Several of these flood bar deposits are seen along the gorge as are
several erosional features. The most recognizable erosional
feature is the scablands created by the scouring and stripping of soil from the
top of the lava flow deposits. Most of
the gravel deposits and scablands are found on the east side of the Gorge near the Dalles.
The
final stage of the gorge's development is still being written. Most prominent today is the continuation of
landslide deposits and the development of talus slopes.
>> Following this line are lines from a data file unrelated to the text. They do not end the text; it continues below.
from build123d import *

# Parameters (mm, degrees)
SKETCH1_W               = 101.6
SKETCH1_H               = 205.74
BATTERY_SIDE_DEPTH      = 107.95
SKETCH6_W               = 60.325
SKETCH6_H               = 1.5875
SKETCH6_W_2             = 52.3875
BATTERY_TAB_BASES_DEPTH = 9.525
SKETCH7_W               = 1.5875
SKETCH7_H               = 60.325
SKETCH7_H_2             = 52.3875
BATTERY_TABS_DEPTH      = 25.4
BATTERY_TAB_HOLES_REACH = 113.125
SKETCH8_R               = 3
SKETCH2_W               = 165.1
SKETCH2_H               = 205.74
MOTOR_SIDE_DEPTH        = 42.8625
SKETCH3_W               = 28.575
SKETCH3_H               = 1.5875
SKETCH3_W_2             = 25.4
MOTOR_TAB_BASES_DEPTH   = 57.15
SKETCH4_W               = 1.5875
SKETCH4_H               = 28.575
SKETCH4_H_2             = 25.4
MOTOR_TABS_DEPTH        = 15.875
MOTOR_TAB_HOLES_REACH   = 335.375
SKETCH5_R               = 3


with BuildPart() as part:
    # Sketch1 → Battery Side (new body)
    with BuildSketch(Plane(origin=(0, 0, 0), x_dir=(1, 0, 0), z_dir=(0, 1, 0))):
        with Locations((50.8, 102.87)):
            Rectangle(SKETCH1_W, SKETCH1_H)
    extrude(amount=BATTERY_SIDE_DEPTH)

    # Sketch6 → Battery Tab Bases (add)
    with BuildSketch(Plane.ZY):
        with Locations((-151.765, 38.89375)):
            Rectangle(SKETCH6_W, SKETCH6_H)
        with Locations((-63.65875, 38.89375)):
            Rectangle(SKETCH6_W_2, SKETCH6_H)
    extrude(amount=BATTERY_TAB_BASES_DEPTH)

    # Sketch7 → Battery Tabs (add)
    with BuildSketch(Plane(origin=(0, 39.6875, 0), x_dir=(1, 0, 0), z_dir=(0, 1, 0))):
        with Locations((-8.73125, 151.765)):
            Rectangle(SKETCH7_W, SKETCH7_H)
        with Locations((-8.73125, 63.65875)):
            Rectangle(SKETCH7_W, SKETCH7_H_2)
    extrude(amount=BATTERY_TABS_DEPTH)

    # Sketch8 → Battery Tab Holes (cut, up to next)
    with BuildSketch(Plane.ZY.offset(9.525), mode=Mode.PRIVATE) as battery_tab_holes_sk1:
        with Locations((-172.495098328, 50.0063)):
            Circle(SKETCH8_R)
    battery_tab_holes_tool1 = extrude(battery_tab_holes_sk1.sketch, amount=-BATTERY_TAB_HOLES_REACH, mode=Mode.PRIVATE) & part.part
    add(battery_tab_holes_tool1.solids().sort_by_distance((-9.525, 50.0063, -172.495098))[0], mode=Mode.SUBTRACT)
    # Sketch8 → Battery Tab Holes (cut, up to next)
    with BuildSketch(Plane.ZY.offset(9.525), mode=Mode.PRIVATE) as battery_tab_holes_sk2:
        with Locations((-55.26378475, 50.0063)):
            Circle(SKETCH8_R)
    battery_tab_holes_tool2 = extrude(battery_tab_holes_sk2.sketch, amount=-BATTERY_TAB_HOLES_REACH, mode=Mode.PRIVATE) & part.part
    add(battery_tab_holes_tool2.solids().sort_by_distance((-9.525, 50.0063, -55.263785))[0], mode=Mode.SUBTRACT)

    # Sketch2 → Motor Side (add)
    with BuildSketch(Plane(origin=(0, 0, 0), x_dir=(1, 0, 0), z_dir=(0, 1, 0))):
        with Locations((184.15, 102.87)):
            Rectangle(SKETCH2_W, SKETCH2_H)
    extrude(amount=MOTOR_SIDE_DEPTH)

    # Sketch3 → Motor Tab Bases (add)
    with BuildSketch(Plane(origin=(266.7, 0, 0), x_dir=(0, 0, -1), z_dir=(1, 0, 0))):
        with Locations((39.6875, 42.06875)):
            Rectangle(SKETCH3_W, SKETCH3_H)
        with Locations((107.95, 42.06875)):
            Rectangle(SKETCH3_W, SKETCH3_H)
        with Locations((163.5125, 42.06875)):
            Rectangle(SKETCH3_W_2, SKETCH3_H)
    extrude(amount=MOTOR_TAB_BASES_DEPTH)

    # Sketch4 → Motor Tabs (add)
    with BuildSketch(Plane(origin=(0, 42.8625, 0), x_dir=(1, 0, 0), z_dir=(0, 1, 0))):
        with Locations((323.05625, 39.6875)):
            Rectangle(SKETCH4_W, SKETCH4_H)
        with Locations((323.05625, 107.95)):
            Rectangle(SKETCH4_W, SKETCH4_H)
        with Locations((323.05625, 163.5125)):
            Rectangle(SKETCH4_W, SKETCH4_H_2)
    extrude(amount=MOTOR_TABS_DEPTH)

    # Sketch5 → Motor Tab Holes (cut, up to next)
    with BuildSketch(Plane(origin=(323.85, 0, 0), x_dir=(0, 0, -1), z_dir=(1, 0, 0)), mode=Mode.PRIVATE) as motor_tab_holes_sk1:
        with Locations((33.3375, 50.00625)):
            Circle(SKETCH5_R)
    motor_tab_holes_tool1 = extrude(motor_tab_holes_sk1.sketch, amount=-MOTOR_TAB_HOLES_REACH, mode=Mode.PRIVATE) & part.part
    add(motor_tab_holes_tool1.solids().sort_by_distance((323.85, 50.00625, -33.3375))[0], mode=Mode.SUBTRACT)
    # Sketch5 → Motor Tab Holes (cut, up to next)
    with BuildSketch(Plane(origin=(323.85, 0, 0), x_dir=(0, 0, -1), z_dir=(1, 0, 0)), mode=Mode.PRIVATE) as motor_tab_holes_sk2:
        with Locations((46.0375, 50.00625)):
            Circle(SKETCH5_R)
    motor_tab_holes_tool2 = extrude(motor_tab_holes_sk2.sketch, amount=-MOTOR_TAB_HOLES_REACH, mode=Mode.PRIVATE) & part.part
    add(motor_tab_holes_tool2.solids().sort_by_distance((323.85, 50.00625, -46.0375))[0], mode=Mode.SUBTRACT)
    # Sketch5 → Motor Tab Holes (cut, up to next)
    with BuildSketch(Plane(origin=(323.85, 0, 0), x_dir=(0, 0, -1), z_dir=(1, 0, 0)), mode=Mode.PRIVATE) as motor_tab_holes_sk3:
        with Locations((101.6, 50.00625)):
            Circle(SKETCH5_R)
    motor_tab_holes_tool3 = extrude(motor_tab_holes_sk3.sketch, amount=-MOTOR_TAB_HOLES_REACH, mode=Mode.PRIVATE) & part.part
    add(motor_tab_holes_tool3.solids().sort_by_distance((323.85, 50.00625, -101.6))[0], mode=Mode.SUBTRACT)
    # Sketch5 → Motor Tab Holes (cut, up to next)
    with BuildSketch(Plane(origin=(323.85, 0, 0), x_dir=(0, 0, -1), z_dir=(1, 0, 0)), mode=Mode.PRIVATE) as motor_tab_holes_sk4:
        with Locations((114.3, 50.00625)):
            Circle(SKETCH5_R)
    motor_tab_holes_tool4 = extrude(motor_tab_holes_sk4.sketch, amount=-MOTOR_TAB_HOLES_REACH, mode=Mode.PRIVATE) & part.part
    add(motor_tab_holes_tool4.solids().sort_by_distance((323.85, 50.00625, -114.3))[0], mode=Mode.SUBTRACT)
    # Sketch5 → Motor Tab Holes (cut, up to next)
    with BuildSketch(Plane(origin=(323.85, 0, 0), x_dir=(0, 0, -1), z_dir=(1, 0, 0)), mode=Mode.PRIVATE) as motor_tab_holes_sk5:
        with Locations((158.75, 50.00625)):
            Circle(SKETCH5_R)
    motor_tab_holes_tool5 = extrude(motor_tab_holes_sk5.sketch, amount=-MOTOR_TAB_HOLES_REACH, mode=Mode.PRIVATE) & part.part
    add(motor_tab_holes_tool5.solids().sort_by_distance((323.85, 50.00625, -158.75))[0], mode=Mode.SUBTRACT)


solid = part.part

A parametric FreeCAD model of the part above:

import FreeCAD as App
import Part
import Sketcher

V = App.Vector
Q = App.Units.Quantity

doc = App.newDocument("Part")
body = doc.addObject("PartDesign::Body", "Body")

# Sketch on XZ plane
sketch1 = doc.addObject("Sketcher::SketchObject", "Sketch")
body.addObject(sketch1)
sketch1.AttachmentSupport = (doc.XZ_Plane, [""])
sketch1.MapMode = "FlatFace"
sketch1.addGeometry([
    Part.LineSegment(V(0, -205.74, 0), V(0, 0, 0)),
    Part.LineSegment(V(0, 0, 0), V(101.6, 0, 0)),
    Part.LineSegment(V(101.6, 0, 0), V(101.6, -205.74, 0)),
    Part.LineSegment(V(101.6, -205.74, 0), V(0, -205.74, 0)),
], False)
sketch1.addConstraint([
    Sketcher.Constraint("Coincident", 0, 2, 1, 1),
    Sketcher.Constraint("Coincident", 1, 2, 2, 1),
    Sketcher.Constraint("Coincident", 2, 2, 3, 1),
    Sketcher.Constraint("Coincident", 3, 2, 0, 1),
    Sketcher.Constraint("Vertical", 0),
    Sketcher.Constraint("Horizontal", 1),
    Sketcher.Constraint("Vertical", 2),
    Sketcher.Constraint("Horizontal", 3),
    Sketcher.Constraint("Coincident", 0, 2, -1, 1),
    Sketcher.Constraint("DistanceX", 1, 1, 1, 2, Q("4 in")),
    Sketcher.Constraint("DistanceY", 0, 1, 0, 2, Q("8.1 in")),
])
pad1 = doc.addObject("PartDesign::Pad", "Pad")
body.addObject(pad1)
pad1.Profile = sketch1
pad1.Length = Q("4.25 in")
pad1.Reversed = True

# Sketch on YZ plane
sketch2 = doc.addObject("Sketcher::SketchObject", "Sketch001")
body.addObject(sketch2)
sketch2.AttachmentSupport = (doc.YZ_Plane, [""])
sketch2.MapMode = "FlatFace"
sketch2.addGeometry([
    Part.LineSegment(V(39.6875, -181.9275, 0), V(38.1, -181.9275, 0)),  # 0
    Part.LineSegment(V(38.1, -181.9275, 0), V(38.1, -121.6025, 0)),  # 1
    Part.LineSegment(V(38.1, -121.6025, 0), V(39.6875, -121.6025, 0)),  # 2
    Part.LineSegment(V(39.6875, -121.6025, 0), V(39.6875, -181.9275, 0)),  # 3
    Part.LineSegment(V(39.6875, -89.8525, 0), V(38.1, -89.8525, 0)),  # 4
    Part.LineSegment(V(38.1, -89.8525, 0), V(38.1, -37.465, 0)),  # 5
    Part.LineSegment(V(38.1, -37.465, 0), V(39.6875, -37.465, 0)),  # 6
    Part.LineSegment(V(39.6875, -37.465, 0), V(39.6875, -89.8525, 0)),  # 7
], False)
sketch2.addConstraint([
    Sketcher.Constraint("Coincident", 0, 2, 1, 1),
    Sketcher.Constraint("Coincident", 1, 2, 2, 1),
    Sketcher.Constraint("Coincident", 2, 2, 3, 1),
    Sketcher.Constraint("Coincident", 3, 2, 0, 1),
    Sketcher.Constraint("Coincident", 4, 2, 5, 1),
    Sketcher.Constraint("Coincident", 5, 2, 6, 1),
    Sketcher.Constraint("Coincident", 6, 2, 7, 1),
    Sketcher.Constraint("Coincident", 7, 2, 4, 1),
    Sketcher.Constraint("Horizontal", 0),
    Sketcher.Constraint("Vertical", 1),
    Sketcher.Constraint("Horizontal", 2),
    Sketcher.Constraint("Vertical", 3),
    Sketcher.Constraint("Horizontal", 4),
    Sketcher.Constraint("Vertical", 5),
    Sketcher.Constraint("Horizontal", 6),
    Sketcher.Constraint("Vertical", 7),
    Sketcher.Constraint("Vertical", 1, 2, 4, 2),
    Sketcher.Constraint("Vertical", 3, 2, 6, 2),
    Sketcher.Constraint("DistanceX", -1, 1, 0, 2, Q("1.5 in")),
    Sketcher.Constraint("DistanceX", 0, 2, 0, 1, Q("0.0625 in")),
    Sketcher.Constraint("DistanceY", 1, 1, 1, 2, Q("2.375 in")),
    Sketcher.Constraint("DistanceY", 5, 1, 5, 2, Q("2.0625 in")),
    Sketcher.Constraint("DistanceY", 1, 2, 4, 2, Q("1.25 in")),
    Sketcher.Constraint("DistanceY", 5, 2, -1, 1, Q("1.475 in")),
])
pad2 = doc.addObject("PartDesign::Pad", "Pad001")
body.addObject(pad2)
pad2.Profile = sketch2
pad2.Length = Q("0.375 in")
pad2.Reversed = True

# Sketch on XZ plane
sketch3 = doc.addObject("Sketcher::SketchObject", "Sketch002")
body.addObject(sketch3)
sketch3.AttachmentSupport = (doc.XZ_Plane, [""])
sketch3.MapMode = "FlatFace"
sketch3.AttachmentOffset = App.Placement(V(0, 0, -1.5625 * 25.4), App.Rotation())
sketch3.addGeometry([
    Part.LineSegment(V(-9.525, -181.9275, 0), V(-9.525, -121.6025, 0)),  # 0
    Part.LineSegment(V(-9.525, -121.6025, 0), V(-7.9375, -121.6025, 0)),  # 1
    Part.LineSegment(V(-7.9375, -121.6025, 0), V(-7.9375, -181.9275, 0)),  # 2
    Part.LineSegment(V(-7.9375, -181.9275, 0), V(-9.525, -181.9275, 0)),  # 3
    Part.LineSegment(V(-9.525, -89.8525, 0), V(-9.525, -37.465, 0)),  # 4
    Part.LineSegment(V(-9.525, -37.465, 0), V(-7.9375, -37.465, 0)),  # 5
    Part.LineSegment(V(-7.9375, -37.465, 0), V(-7.9375, -89.8525, 0)),  # 6
    Part.LineSegment(V(-7.9375, -89.8525, 0), V(-9.525, -89.8525, 0)),  # 7
], False)
sketch3.addConstraint([
    Sketcher.Constraint("Coincident", 0, 2, 1, 1),
    Sketcher.Constraint("Coincident", 1, 2, 2, 1),
    Sketcher.Constraint("Coincident", 2, 2, 3, 1),
    Sketcher.Constraint("Coincident", 3, 2, 0, 1),
    Sketcher.Constraint("Coincident", 4, 2, 5, 1),
    Sketcher.Constraint("Coincident", 5, 2, 6, 1),
    Sketcher.Constraint("Coincident", 6, 2, 7, 1),
    Sketcher.Constraint("Coincident", 7, 2, 4, 1),
    Sketcher.Constraint("Vertical", 0),
    Sketcher.Constraint("Horizontal", 1),
    Sketcher.Constraint("Vertical", 2),
    Sketcher.Constraint("Horizontal", 3),
    Sketcher.Constraint("Vertical", 4),
    Sketcher.Constraint("Horizontal", 5),
    Sketcher.Constraint("Vertical", 6),
    Sketcher.Constraint("Horizontal", 7),
    Sketcher.Constraint("Vertical", 3, 2, 4, 2),
    Sketcher.Constraint("Vertical", 2, 2, 5, 2),
    Sketcher.Constraint("DistanceX", 1, 1, 1, 2, Q("0.0625 in")),
    Sketcher.Constraint("DistanceY", 0, 1, 0, 2, Q("2.375 in")),
    Sketcher.Constraint("DistanceY", 4, 1, 4, 2, Q("2.0625 in")),
    Sketcher.Constraint("DistanceY", 1, 2, 6, 2, Q("1.25 in")),
    Sketcher.Constraint("DistanceX", 0, 2, -1, 1, Q("0.375 in")),
    Sketcher.Constraint("DistanceY", 4, 2, -1, 1, Q("1.475 in")),
])
pad3 = doc.addObject("PartDesign::Pad", "Pad002")
body.addObject(pad3)
pad3.Profile = sketch3
pad3.Length = Q("1 in")
pad3.Reversed = True

# Sketch on YZ plane
sketch4 = doc.addObject("Sketcher::SketchObject", "Sketch003")
body.addObject(sketch4)
sketch4.AttachmentSupport = (doc.YZ_Plane, [""])
sketch4.MapMode = "FlatFace"
sketch4.AttachmentOffset = App.Placement(V(0, 0, -0.375 * 25.4), App.Rotation())
sketch4.addGeometry(Part.Circle(V(50.0063, -172.495098, 0), V(0, 0, 1), 3), False)
sketch4.addConstraint([
    Sketcher.Constraint("Diameter", 0, 6.0),
    Sketcher.Constraint("DistanceX", -1, 1, 0, 3, 50.0063),
    Sketcher.Constraint("DistanceY", 0, 3, -1, 1, 172.495098),
])
pocket1 = doc.addObject("PartDesign::Pocket", "Pocket")
body.addObject(pocket1)
pocket1.Profile = sketch4
pocket1.Type = "UpToFirst"
pocket1.Reversed = True

# Sketch on YZ plane
sketch5 = doc.addObject("Sketcher::SketchObject", "Sketch004")
body.addObject(sketch5)
sketch5.AttachmentSupport = (doc.YZ_Plane, [""])
sketch5.MapMode = "FlatFace"
sketch5.AttachmentOffset = App.Placement(V(0, 0, -0.375 * 25.4), App.Rotation())
sketch5.addGeometry(Part.Circle(V(50.0063, -55.263785, 0), V(0, 0, 1), 3), False)
sketch5.addConstraint([
    Sketcher.Constraint("Diameter", 0, 6.0),
    Sketcher.Constraint("DistanceX", -1, 1, 0, 3, 50.0063),
    Sketcher.Constraint("DistanceY", 0, 3, -1, 1, 55.263785),
])
pocket2 = doc.addObject("PartDesign::Pocket", "Pocket001")
body.addObject(pocket2)
pocket2.Profile = sketch5
pocket2.Type = "UpToFirst"
pocket2.Reversed = True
Stops (and Non-Stops) Along the Way
Stop
1 Along Old Columbia Hwy. Stop and look at ancestral Columbia River
Deposits.
Stop
2: Portland
Woman’s Forum. Great view of the Gorge. See Larch Mountain, Crown Point
(intercanyon flow (Priest Rapids)), Rooster Rock Slide
Block, Mt. Zion, and Landslide deposits. Get Bearings and discuss history of area.
Stop
3: Crown Point/Vista House. Bathroom stop and history
Non
stop: ½ mile from Vista
House Right side of the road: Great Pillow lavas of the Priest Rapids flow. Note that these pillow
are fairly round in shape indicating they were emplaced in a pond or lake where
there was no current. Originally
a stop but kind of dangerous to pull out and look.
Stop
4: Latourelle Falls. Lower path down to falls.
See a great example of an intercanyon flow
where the falls are and also see a dacite flow on the
way down to the falls. The dacite is probably from a Western Cascade Vent (36 mybp) and because we see the flow this indicates the vent
was near by. Notice the difference in
the jointing patterns for the basalt flow making up the falls and the dacite lava flow. Why
are they different?
Stop
5: Oneota Gorge
Tree casts in lava flows.
Stop
6: Exit 41 (Fish Hatchery). Great example of Eagle
Creek Formation. Notice how the
deposit is unsorted. This is a volcanic mudflow deposit from the Western
Cascades. Bottom of the stratigraphic column
.Lunch. Exit hwy at the town
of Stevenson
and travel through the town. Stop at
park. Have lunch and talk about
landslide topography and the Bridge of the Gods.
Stop
7: Mitchell
Point Park
(around exit 58)
Stop
8: Dalles Bridge
Really cool outcrop. Tell me what type of deposits you see and
then we’ll talk!
Stop
9: Rowena Loop… Missoula flood talk
Stop
10: Hood River Boat Ramp…Filled lava tube
Stop
11: Multnoma Falls (bathroom
stop). Great falls but lots of people usually. There are 11 different Grand Ronde basalts exposed here with six of them outcropping
along the river to the top of the upper falls.
Can you find them all? Look for the pillow lavas..where are they?